As we know, MyBatis allows you to intercept calls at some point during the execution of mapped statements.

If you are not familiar with how it works, you can take a look at my article: How the Mybatis interceptor works.

Overall, its process is as follows:

  • throughMybatisIntercepting SQL to be executed;
  • throughJSqlParserParse SQL, obtain logical table names, etc.
  • Call the sharding algorithm to get the real table name;
  • Modify SQL, and modifyBoundSql;
  • MybatisExecute the modified SQL to achieve the purpose.

For example, the core code for insert and UPDATE statements is as follows:

Five, query and paging

In fact, the addition and modification are relatively simple, more complex is the query statement.

However, our plug-in is not designed to satisfy all queries, but can be extended and modified according to real business scenarios.

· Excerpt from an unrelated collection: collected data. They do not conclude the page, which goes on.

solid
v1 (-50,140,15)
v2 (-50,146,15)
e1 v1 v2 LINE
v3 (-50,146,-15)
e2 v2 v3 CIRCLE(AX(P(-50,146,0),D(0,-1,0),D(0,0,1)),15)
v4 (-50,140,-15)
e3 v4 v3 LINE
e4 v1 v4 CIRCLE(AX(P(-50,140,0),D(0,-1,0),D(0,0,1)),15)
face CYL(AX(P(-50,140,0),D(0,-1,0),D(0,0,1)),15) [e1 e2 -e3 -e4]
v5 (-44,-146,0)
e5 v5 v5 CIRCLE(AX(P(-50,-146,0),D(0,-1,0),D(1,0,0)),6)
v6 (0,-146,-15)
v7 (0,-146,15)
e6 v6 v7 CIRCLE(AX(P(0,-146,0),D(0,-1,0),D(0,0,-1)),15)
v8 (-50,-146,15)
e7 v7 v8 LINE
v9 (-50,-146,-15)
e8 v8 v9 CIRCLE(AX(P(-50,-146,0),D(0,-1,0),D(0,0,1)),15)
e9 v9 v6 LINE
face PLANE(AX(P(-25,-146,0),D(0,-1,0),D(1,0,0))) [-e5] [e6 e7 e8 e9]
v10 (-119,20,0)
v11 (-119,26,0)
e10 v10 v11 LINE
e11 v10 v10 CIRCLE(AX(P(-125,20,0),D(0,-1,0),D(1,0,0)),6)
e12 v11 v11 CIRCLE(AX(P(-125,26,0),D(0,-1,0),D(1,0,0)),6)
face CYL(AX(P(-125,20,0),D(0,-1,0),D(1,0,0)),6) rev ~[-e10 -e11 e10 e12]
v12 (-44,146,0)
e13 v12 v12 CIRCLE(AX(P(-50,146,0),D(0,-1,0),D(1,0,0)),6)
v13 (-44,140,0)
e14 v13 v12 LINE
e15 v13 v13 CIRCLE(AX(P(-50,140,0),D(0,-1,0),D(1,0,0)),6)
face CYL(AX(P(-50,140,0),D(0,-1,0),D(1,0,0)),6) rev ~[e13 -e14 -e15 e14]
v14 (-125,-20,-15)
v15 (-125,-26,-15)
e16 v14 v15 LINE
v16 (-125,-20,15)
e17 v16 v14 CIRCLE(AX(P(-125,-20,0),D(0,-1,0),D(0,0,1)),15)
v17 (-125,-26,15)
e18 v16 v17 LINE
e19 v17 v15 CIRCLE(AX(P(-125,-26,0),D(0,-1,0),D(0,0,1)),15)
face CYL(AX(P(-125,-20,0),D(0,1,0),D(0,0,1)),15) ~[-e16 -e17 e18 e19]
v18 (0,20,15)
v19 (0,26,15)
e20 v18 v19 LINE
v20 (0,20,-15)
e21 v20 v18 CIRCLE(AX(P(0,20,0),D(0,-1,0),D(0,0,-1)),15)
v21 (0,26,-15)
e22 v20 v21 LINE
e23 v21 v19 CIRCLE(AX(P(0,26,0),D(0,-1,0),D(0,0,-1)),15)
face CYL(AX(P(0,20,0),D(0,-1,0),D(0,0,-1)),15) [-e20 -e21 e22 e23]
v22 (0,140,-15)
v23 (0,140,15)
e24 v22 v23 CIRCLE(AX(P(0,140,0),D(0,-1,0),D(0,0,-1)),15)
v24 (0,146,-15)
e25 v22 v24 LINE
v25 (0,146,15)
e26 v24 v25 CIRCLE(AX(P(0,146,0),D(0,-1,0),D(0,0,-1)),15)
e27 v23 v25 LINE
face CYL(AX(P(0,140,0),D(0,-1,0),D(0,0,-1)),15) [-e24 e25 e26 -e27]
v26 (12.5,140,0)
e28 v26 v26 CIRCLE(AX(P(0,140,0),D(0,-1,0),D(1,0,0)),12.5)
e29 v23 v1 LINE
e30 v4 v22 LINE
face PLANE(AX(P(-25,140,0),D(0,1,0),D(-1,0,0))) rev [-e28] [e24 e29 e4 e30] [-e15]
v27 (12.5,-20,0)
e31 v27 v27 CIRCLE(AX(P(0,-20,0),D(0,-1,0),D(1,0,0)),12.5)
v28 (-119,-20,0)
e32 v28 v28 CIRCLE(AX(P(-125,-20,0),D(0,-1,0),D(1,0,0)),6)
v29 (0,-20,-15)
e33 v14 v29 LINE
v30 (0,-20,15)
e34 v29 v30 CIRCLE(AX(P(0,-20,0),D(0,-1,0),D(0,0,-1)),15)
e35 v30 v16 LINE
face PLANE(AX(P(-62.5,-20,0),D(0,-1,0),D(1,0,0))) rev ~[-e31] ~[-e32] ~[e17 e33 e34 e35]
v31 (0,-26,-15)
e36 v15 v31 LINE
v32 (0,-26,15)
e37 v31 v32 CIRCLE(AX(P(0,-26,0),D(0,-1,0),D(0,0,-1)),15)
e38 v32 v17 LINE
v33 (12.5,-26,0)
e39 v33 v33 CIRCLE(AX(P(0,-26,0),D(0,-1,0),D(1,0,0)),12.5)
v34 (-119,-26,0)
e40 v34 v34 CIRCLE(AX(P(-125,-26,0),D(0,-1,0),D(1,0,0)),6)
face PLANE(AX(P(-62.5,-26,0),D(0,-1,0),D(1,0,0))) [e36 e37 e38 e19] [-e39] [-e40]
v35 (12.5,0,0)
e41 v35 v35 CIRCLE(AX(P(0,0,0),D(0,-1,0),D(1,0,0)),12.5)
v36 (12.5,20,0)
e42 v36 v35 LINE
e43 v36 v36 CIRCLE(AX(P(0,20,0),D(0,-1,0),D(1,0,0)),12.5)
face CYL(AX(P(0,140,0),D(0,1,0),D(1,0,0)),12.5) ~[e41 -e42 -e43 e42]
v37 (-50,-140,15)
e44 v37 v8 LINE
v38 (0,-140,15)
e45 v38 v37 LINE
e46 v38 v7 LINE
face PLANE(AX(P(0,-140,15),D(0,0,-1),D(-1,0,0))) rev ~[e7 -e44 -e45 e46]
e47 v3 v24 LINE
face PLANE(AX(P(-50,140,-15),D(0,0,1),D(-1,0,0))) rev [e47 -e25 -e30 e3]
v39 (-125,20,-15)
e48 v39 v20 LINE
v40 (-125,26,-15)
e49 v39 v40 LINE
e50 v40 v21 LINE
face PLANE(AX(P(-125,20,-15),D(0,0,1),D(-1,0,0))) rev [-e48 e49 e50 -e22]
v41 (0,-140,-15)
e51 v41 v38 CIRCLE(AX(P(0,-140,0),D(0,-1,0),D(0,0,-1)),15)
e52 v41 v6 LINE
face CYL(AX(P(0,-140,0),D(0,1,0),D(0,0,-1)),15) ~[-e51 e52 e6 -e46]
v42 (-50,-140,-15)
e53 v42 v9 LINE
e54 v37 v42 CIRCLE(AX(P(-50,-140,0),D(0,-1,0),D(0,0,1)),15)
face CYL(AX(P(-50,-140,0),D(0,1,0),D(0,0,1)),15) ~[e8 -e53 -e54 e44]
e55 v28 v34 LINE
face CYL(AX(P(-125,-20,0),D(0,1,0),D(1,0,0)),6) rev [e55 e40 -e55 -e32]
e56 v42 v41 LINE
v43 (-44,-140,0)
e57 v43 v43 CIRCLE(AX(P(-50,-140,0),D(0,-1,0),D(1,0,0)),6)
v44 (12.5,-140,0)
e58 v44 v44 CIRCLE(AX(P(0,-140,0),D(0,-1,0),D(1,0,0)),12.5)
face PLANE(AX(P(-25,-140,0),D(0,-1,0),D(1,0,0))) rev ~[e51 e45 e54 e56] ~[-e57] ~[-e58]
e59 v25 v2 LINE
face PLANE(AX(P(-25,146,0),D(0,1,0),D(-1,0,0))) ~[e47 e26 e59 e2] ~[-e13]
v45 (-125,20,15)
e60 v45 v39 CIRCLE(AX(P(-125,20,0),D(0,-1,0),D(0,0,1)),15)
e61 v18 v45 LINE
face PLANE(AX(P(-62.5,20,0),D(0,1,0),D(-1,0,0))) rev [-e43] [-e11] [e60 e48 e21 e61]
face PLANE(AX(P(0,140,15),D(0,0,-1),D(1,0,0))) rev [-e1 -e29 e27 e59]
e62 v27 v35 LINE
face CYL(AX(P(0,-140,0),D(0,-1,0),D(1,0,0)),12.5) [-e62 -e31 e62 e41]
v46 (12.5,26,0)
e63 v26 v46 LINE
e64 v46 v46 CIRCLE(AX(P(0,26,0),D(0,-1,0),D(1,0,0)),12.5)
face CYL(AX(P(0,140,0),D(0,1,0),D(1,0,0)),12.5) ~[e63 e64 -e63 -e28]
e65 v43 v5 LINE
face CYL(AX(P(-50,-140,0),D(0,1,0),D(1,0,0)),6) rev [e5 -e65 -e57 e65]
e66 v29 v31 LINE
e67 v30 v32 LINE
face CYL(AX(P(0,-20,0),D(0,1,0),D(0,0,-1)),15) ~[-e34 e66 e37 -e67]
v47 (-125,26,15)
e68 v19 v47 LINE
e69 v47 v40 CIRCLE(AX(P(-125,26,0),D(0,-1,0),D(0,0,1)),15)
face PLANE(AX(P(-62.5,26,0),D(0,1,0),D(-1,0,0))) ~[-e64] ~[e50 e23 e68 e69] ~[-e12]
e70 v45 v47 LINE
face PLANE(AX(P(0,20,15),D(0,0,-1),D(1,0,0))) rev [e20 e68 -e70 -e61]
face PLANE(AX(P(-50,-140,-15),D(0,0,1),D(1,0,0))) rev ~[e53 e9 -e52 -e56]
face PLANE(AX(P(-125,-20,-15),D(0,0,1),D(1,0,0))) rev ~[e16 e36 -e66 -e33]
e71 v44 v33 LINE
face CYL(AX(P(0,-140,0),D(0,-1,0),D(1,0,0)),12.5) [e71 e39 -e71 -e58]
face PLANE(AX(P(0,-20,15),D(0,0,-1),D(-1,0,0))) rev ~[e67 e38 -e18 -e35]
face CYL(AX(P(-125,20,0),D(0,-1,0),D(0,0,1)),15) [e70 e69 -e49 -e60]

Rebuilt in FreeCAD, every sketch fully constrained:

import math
import FreeCAD as App
import Part
import Sketcher
from FreeCAD import Vector

doc = App.newDocument("Part")
body = doc.addObject("PartDesign::Body", "Body")

# Sketch on XZ plane
sketch1 = body.newObject("Sketcher::SketchObject", "Sketch")
sketch1.AttachmentSupport = (doc.getObject("XZ_Plane"), [""])
sketch1.MapMode = "FlatFace"
sketch1.AttachmentOffset = App.Placement(Vector(0, 0, 140), App.Rotation())
sketch1.addGeometry([
    Part.LineSegment(Vector(-50, -15, 0), Vector(0, -15, 0)),  # 0
    Part.ArcOfCircle(Part.Circle(Vector(0, 0, 0), Vector(0, 0, 1), 15), math.radians(-90), math.radians(90)),  # 1
    Part.LineSegment(Vector(0, 15, 0), Vector(-50, 15, 0)),  # 2
    Part.ArcOfCircle(Part.Circle(Vector(-50, 0, 0), Vector(0, 0, 1), 15), math.radians(90), math.radians(270)),  # 3
    Part.Circle(Vector(-50, 0, 0), Vector(0, 0, 1), 6),  # 4
], False)
sketch1.addConstraint([
    Sketcher.Constraint("Tangent", 0, 2, 1, 1),
    Sketcher.Constraint("Tangent", 1, 2, 2, 1),
    Sketcher.Constraint("Tangent", 2, 2, 3, 1),
    Sketcher.Constraint("Tangent", 3, 2, 0, 1),
    Sketcher.Constraint("Horizontal", 0),
    Sketcher.Constraint("Horizontal", 2),
    Sketcher.Constraint("Coincident", 1, 3, -1, 1),
    Sketcher.Constraint("Coincident", 4, 3, 3, 3),
    Sketcher.Constraint("Diameter", 4, 12.0),
    Sketcher.Constraint("Radius", 1, 15.0),
    Sketcher.Constraint("DistanceX", 0, 1, 0, 2, 50.0),
])
pad1 = body.newObject("PartDesign::Pad", "Pad")
pad1.Profile = sketch1
pad1.Length = 6

# Sketch on XZ plane
sketch2 = body.newObject("Sketcher::SketchObject", "Sketch001")
sketch2.AttachmentSupport = (doc.getObject("XZ_Plane"), [""])
sketch2.MapMode = "FlatFace"
sketch2.AttachmentOffset = App.Placement(Vector(0, 0, 140), App.Rotation())
sketch2.addGeometry(Part.Circle(Vector(0, 0, 0), Vector(0, 0, 1), 12.5), False)
sketch2.addConstraint([
    Sketcher.Constraint("Coincident", 0, 3, -1, 1),
    Sketcher.Constraint("Diameter", 0, 25.0),
])
pad2 = body.newObject("PartDesign::Pad", "Pad001")
pad2.Profile = sketch2
pad2.Length = 140
pad2.Reversed = True

# Sketch on XZ plane
sketch3 = body.newObject("Sketcher::SketchObject", "Sketch002")
sketch3.AttachmentSupport = (doc.getObject("XZ_Plane"), [""])
sketch3.MapMode = "FlatFace"
sketch3.AttachmentOffset = App.Placement(Vector(0, 0, 20), App.Rotation())
sketch3.addGeometry([
    Part.LineSegment(Vector(-125, -15, 0), Vector(0, -15, 0)),  # 0
    Part.ArcOfCircle(Part.Circle(Vector(0, 0, 0), Vector(0, 0, 1), 15), math.radians(-90), math.radians(90)),  # 1
    Part.LineSegment(Vector(0, 15, 0), Vector(-125, 15, 0)),  # 2
    Part.ArcOfCircle(Part.Circle(Vector(-125, 0, 0), Vector(0, 0, 1), 15), math.radians(90), math.radians(270)),  # 3
    Part.Circle(Vector(-125, 0, 0), Vector(0, 0, 1), 6),  # 4
], False)
sketch3.addConstraint([
    Sketcher.Constraint("Tangent", 0, 2, 1, 1),
    Sketcher.Constraint("Tangent", 1, 2, 2, 1),
    Sketcher.Constraint("Tangent", 2, 2, 3, 1),
    Sketcher.Constraint("Tangent", 3, 2, 0, 1),
    Sketcher.Constraint("Horizontal", 0),
    Sketcher.Constraint("Horizontal", 2),
    Sketcher.Constraint("Coincident", 1, 3, -1, 1),
    Sketcher.Constraint("Coincident", 4, 3, 3, 3),
    Sketcher.Constraint("Diameter", 4, 12.0),
    Sketcher.Constraint("Radius", 1, 15.0),
    Sketcher.Constraint("DistanceX", 0, 1, 0, 2, 125.0),
])
pad3 = body.newObject("PartDesign::Pad", "Pad002")
pad3.Profile = sketch3
pad3.Length = 6
body2 = doc.addObject("PartDesign::Body", "Body001")
doc.recompute()

body2.BaseFeature = body
doc.recompute()

mirroring = doc.addObject("Part::Mirroring", "Mirroring")
mirroring.Source = body
mirroring.Base = Vector(0, 0, 0)
mirroring.Normal = Vector(0, 1, 0)
body3 = doc.addObject("PartDesign::Body", "Body002")
body3.BaseFeature = mirroring
boolean = body2.newObject("PartDesign::Boolean", "Boolean")
boolean.Type = "Fuse"
boolean.addObjects([body3])
doc.recompute()
mirroring.Visibility = False

doc.recompute()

But the paging function is basically inescapable. Take PageHelper for example, which is also implemented through the Mybatis interceptor. If it is with our partitioned table plug-in, there may be conflicts.

So in the split-table plug-in, I also integrated paging, basically the same as PageHelper, but didn’t use it directly. In addition, for the query, whether there is a sharding key in the query condition is also a very critical place.

1, the query

In the scope algorithm, in business, we only need to query the data of a specific month or recent months; In the Hash algorithm, we want a primary key every time.

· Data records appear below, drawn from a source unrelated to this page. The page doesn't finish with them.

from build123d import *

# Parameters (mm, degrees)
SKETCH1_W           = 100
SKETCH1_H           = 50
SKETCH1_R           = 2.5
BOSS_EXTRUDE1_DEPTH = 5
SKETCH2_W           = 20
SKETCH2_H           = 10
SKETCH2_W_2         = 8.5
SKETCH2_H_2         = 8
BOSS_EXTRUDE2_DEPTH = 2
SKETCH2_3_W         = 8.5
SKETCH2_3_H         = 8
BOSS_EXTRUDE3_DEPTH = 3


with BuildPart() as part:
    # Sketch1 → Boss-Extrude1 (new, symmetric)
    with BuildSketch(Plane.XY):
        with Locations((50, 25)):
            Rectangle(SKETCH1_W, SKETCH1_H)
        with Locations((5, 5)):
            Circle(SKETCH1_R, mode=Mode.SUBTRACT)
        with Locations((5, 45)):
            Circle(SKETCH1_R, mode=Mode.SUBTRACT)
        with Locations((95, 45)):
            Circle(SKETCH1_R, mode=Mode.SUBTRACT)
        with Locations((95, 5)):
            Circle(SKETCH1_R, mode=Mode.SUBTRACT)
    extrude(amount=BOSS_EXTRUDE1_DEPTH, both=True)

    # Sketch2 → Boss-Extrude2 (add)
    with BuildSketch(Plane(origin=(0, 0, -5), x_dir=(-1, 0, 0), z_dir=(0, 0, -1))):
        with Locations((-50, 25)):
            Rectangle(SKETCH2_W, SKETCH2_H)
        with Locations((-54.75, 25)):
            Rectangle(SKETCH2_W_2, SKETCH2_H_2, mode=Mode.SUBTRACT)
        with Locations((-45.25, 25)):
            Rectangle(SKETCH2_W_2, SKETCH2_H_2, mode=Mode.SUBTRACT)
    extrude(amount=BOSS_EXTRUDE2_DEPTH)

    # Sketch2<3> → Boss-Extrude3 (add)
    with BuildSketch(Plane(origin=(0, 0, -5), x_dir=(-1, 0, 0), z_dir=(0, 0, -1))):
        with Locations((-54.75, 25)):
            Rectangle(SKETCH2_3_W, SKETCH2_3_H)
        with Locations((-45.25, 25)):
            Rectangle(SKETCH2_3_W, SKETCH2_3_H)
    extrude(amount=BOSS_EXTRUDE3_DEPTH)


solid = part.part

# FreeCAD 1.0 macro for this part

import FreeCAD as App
import Part
import Sketcher
from FreeCAD import Vector


def add_polygon(sketch, points):
    """Adds a closed chain of lines whose ends are joined by coincident constraints."""
    first, n = sketch.GeometryCount, len(points)
    for a, b in zip(points, points[1:] + points[:1]):
        sketch.addGeometry(Part.LineSegment(App.Vector(*a, 0), App.Vector(*b, 0)), False)
    for i in range(n):
        sketch.addConstraint(Sketcher.Constraint("Coincident", first + i, 2, first + (i + 1) % n, 1))

doc = App.newDocument("Part")
body = doc.addObject("PartDesign::Body", "Body")

sketch1 = doc.addObject("Sketcher::SketchObject", "Sketch")
body.addObject(sketch1)
sketch1.AttachmentSupport = (doc.XY_Plane, [""])
sketch1.MapMode = "FlatFace"
add_polygon(sketch1, [(0, 50), (0, 0), (100, 0), (100, 50)])
sketch1.addGeometry(Part.Circle(Vector(5, 5, 0), Vector(0, 0, 1), 2.5), False)
sketch1.addGeometry(Part.Circle(Vector(95, 5, 0), Vector(0, 0, 1), 2.5), False)
sketch1.addGeometry(Part.Circle(Vector(5, 45, 0), Vector(0, 0, 1), 2.5), False)
sketch1.addGeometry(Part.Circle(Vector(95, 45, 0), Vector(0, 0, 1), 2.5), False)
sketch1.addConstraint(Sketcher.Constraint("Vertical", 0))
sketch1.addConstraint(Sketcher.Constraint("Horizontal", 1))
sketch1.addConstraint(Sketcher.Constraint("Vertical", 2))
sketch1.addConstraint(Sketcher.Constraint("Horizontal", 3))
sketch1.addConstraint(Sketcher.Constraint("Coincident", 0, 2, -1, 1))
sketch1.addConstraint(Sketcher.Constraint("Equal", 4, 5))
sketch1.addConstraint(Sketcher.Constraint("Equal", 5, 6))
sketch1.addConstraint(Sketcher.Constraint("Equal", 6, 7))
sketch1.addConstraint(Sketcher.Constraint("Horizontal", 4, 3, 5, 3))
sketch1.addConstraint(Sketcher.Constraint("Horizontal", 6, 3, 7, 3))
sketch1.addConstraint(Sketcher.Constraint("Vertical", 4, 3, 6, 3))
sketch1.addConstraint(Sketcher.Constraint("Vertical", 5, 3, 7, 3))
sketch1.addConstraint(Sketcher.Constraint("Diameter", 4, 5.0))
sketch1.addConstraint(Sketcher.Constraint("DistanceX", 1, 1, 1, 2, 100.0))
sketch1.addConstraint(Sketcher.Constraint("DistanceY", 0, 2, 0, 1, 50.0))
sketch1.addConstraint(Sketcher.Constraint("DistanceX", -1, 1, 4, 3, 5.0))
sketch1.addConstraint(Sketcher.Constraint("DistanceY", -1, 1, 4, 3, 5.0))
sketch1.addConstraint(Sketcher.Constraint("DistanceX", -1, 1, 5, 3, 95.0))
sketch1.addConstraint(Sketcher.Constraint("DistanceY", -1, 1, 6, 3, 45.0))
pad1 = doc.addObject("PartDesign::Pad", "Pad")
body.addObject(pad1)
pad1.Profile = sketch1
pad1.Length = 10
pad1.Midplane = True

sketch2 = doc.addObject("Sketcher::SketchObject", "Sketch001")
body.addObject(sketch2)
sketch2.AttachmentSupport = (doc.XY_Plane, [""])
sketch2.MapMode = "FlatFace"
sketch2.AttachmentOffset = App.Placement(Vector(0, 0, -5), App.Rotation())
add_polygon(sketch2, [(60, 30), (60, 20), (40, 20), (40, 30)])
add_polygon(sketch2, [(50, 21), (59, 21), (59, 29), (50, 29)])
add_polygon(sketch2, [(41, 21), (50, 21), (50, 29), (41, 29)])
sketch2.addConstraint(Sketcher.Constraint("Vertical", 0))
sketch2.addConstraint(Sketcher.Constraint("Horizontal", 1))
sketch2.addConstraint(Sketcher.Constraint("Vertical", 2))
sketch2.addConstraint(Sketcher.Constraint("Horizontal", 3))
sketch2.addConstraint(Sketcher.Constraint("Horizontal", 4))
sketch2.addConstraint(Sketcher.Constraint("Vertical", 5))
sketch2.addConstraint(Sketcher.Constraint("Horizontal", 6))
sketch2.addConstraint(Sketcher.Constraint("Vertical", 7))
sketch2.addConstraint(Sketcher.Constraint("Horizontal", 8))
sketch2.addConstraint(Sketcher.Constraint("Vertical", 9))
sketch2.addConstraint(Sketcher.Constraint("Horizontal", 10))
sketch2.addConstraint(Sketcher.Constraint("Vertical", 11))
sketch2.addConstraint(Sketcher.Constraint("Horizontal", 7, 2, 8, 2))
sketch2.addConstraint(Sketcher.Constraint("Horizontal", 6, 2, 9, 2))
sketch2.addConstraint(Sketcher.Constraint("Equal", 6, 8))
sketch2.addConstraint(Sketcher.Constraint("DistanceX", 1, 2, 1, 1, 20.0))
sketch2.addConstraint(Sketcher.Constraint("DistanceY", 0, 2, 0, 1, 10.0))
sketch2.addConstraint(Sketcher.Constraint("DistanceY", 5, 1, 5, 2, 8.0))
sketch2.addConstraint(Sketcher.Constraint("DistanceX", 4, 1, 4, 2, 8.5))
sketch2.addConstraint(Sketcher.Constraint("DistanceX", -1, 1, 0, 2, 60.0))
sketch2.addConstraint(Sketcher.Constraint("DistanceY", -1, 1, 0, 2, 20.0))
sketch2.addConstraint(Sketcher.Constraint("DistanceX", -1, 1, 4, 2, 59.0))
sketch2.addConstraint(Sketcher.Constraint("DistanceY", -1, 1, 4, 2, 21.0))
sketch2.addConstraint(Sketcher.Constraint("DistanceX", -1, 1, 10, 2, 41.0))
pad2 = doc.addObject("PartDesign::Pad", "Pad001")
body.addObject(pad2)
pad2.Profile = sketch2
pad2.Length = 2
pad2.Reversed = True

sketch3 = doc.addObject("Sketcher::SketchObject", "Sketch002")
body.addObject(sketch3)
sketch3.AttachmentSupport = (doc.XY_Plane, [""])
sketch3.MapMode = "FlatFace"
sketch3.AttachmentOffset = App.Placement(Vector(0, 0, -5), App.Rotation())
add_polygon(sketch3, [(59, 29), (59, 21), (50, 21), (50, 29)])
add_polygon(sketch3, [(50, 29), (50, 21), (41, 21), (41, 29)])
sketch3.addConstraint(Sketcher.Constraint("Vertical", 0))
sketch3.addConstraint(Sketcher.Constraint("Horizontal", 1))
sketch3.addConstraint(Sketcher.Constraint("Vertical", 2))
sketch3.addConstraint(Sketcher.Constraint("Horizontal", 3))
sketch3.addConstraint(Sketcher.Constraint("Vertical", 4))
sketch3.addConstraint(Sketcher.Constraint("Horizontal", 5))
sketch3.addConstraint(Sketcher.Constraint("Vertical", 6))
sketch3.addConstraint(Sketcher.Constraint("Horizontal", 7))
sketch3.addConstraint(Sketcher.Constraint("Horizontal", 1, 2, 4, 2))
sketch3.addConstraint(Sketcher.Constraint("Horizontal", 3, 2, 6, 2))
sketch3.addConstraint(Sketcher.Constraint("Equal", 3, 5))
sketch3.addConstraint(Sketcher.Constraint("DistanceY", 0, 2, 0, 1, 8.0))
sketch3.addConstraint(Sketcher.Constraint("DistanceX", 1, 2, 1, 1, 8.5))
sketch3.addConstraint(Sketcher.Constraint("DistanceX", -1, 1, 0, 2, 59.0))
sketch3.addConstraint(Sketcher.Constraint("DistanceY", -1, 1, 0, 2, 21.0))
sketch3.addConstraint(Sketcher.Constraint("DistanceX", -1, 1, 5, 2, 41.0))
pad3 = doc.addObject("PartDesign::Pad", "Pad002")
body.addObject(pad3)
pad3.Profile = sketch3
pad3.Length = 3
pad3.Reversed = True

doc.recompute()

But the second condition is often not true, and the business side is not satisfied that it must have a primary key every time.

In this case, we can only traverse all the tables, query the data that meets the conditions, and then return the summary;

2, paging

As mentioned above, the plugin integrates paging and implements the same process as PageHelper, but it is not used directly because of conflicts.

Sixth, other

In fact, when I think of the title of this article, it is really quite distressed. Because sub – library sub – table in the industry is a word, but this plug-in does not involve sub – library, only sub – table operation, but the focus of this article is the idea, finally called sub – library sub – table, please forgive my friends, do not call me the title party ~

Due to the limitation of space, this paper is only a small amount of code, if interested friends can go to https://github.com/taoxun/sharding for a complete Demo.

The author’s code includes some test cases and SQL to build a table. After creating the table, you can run the project directly.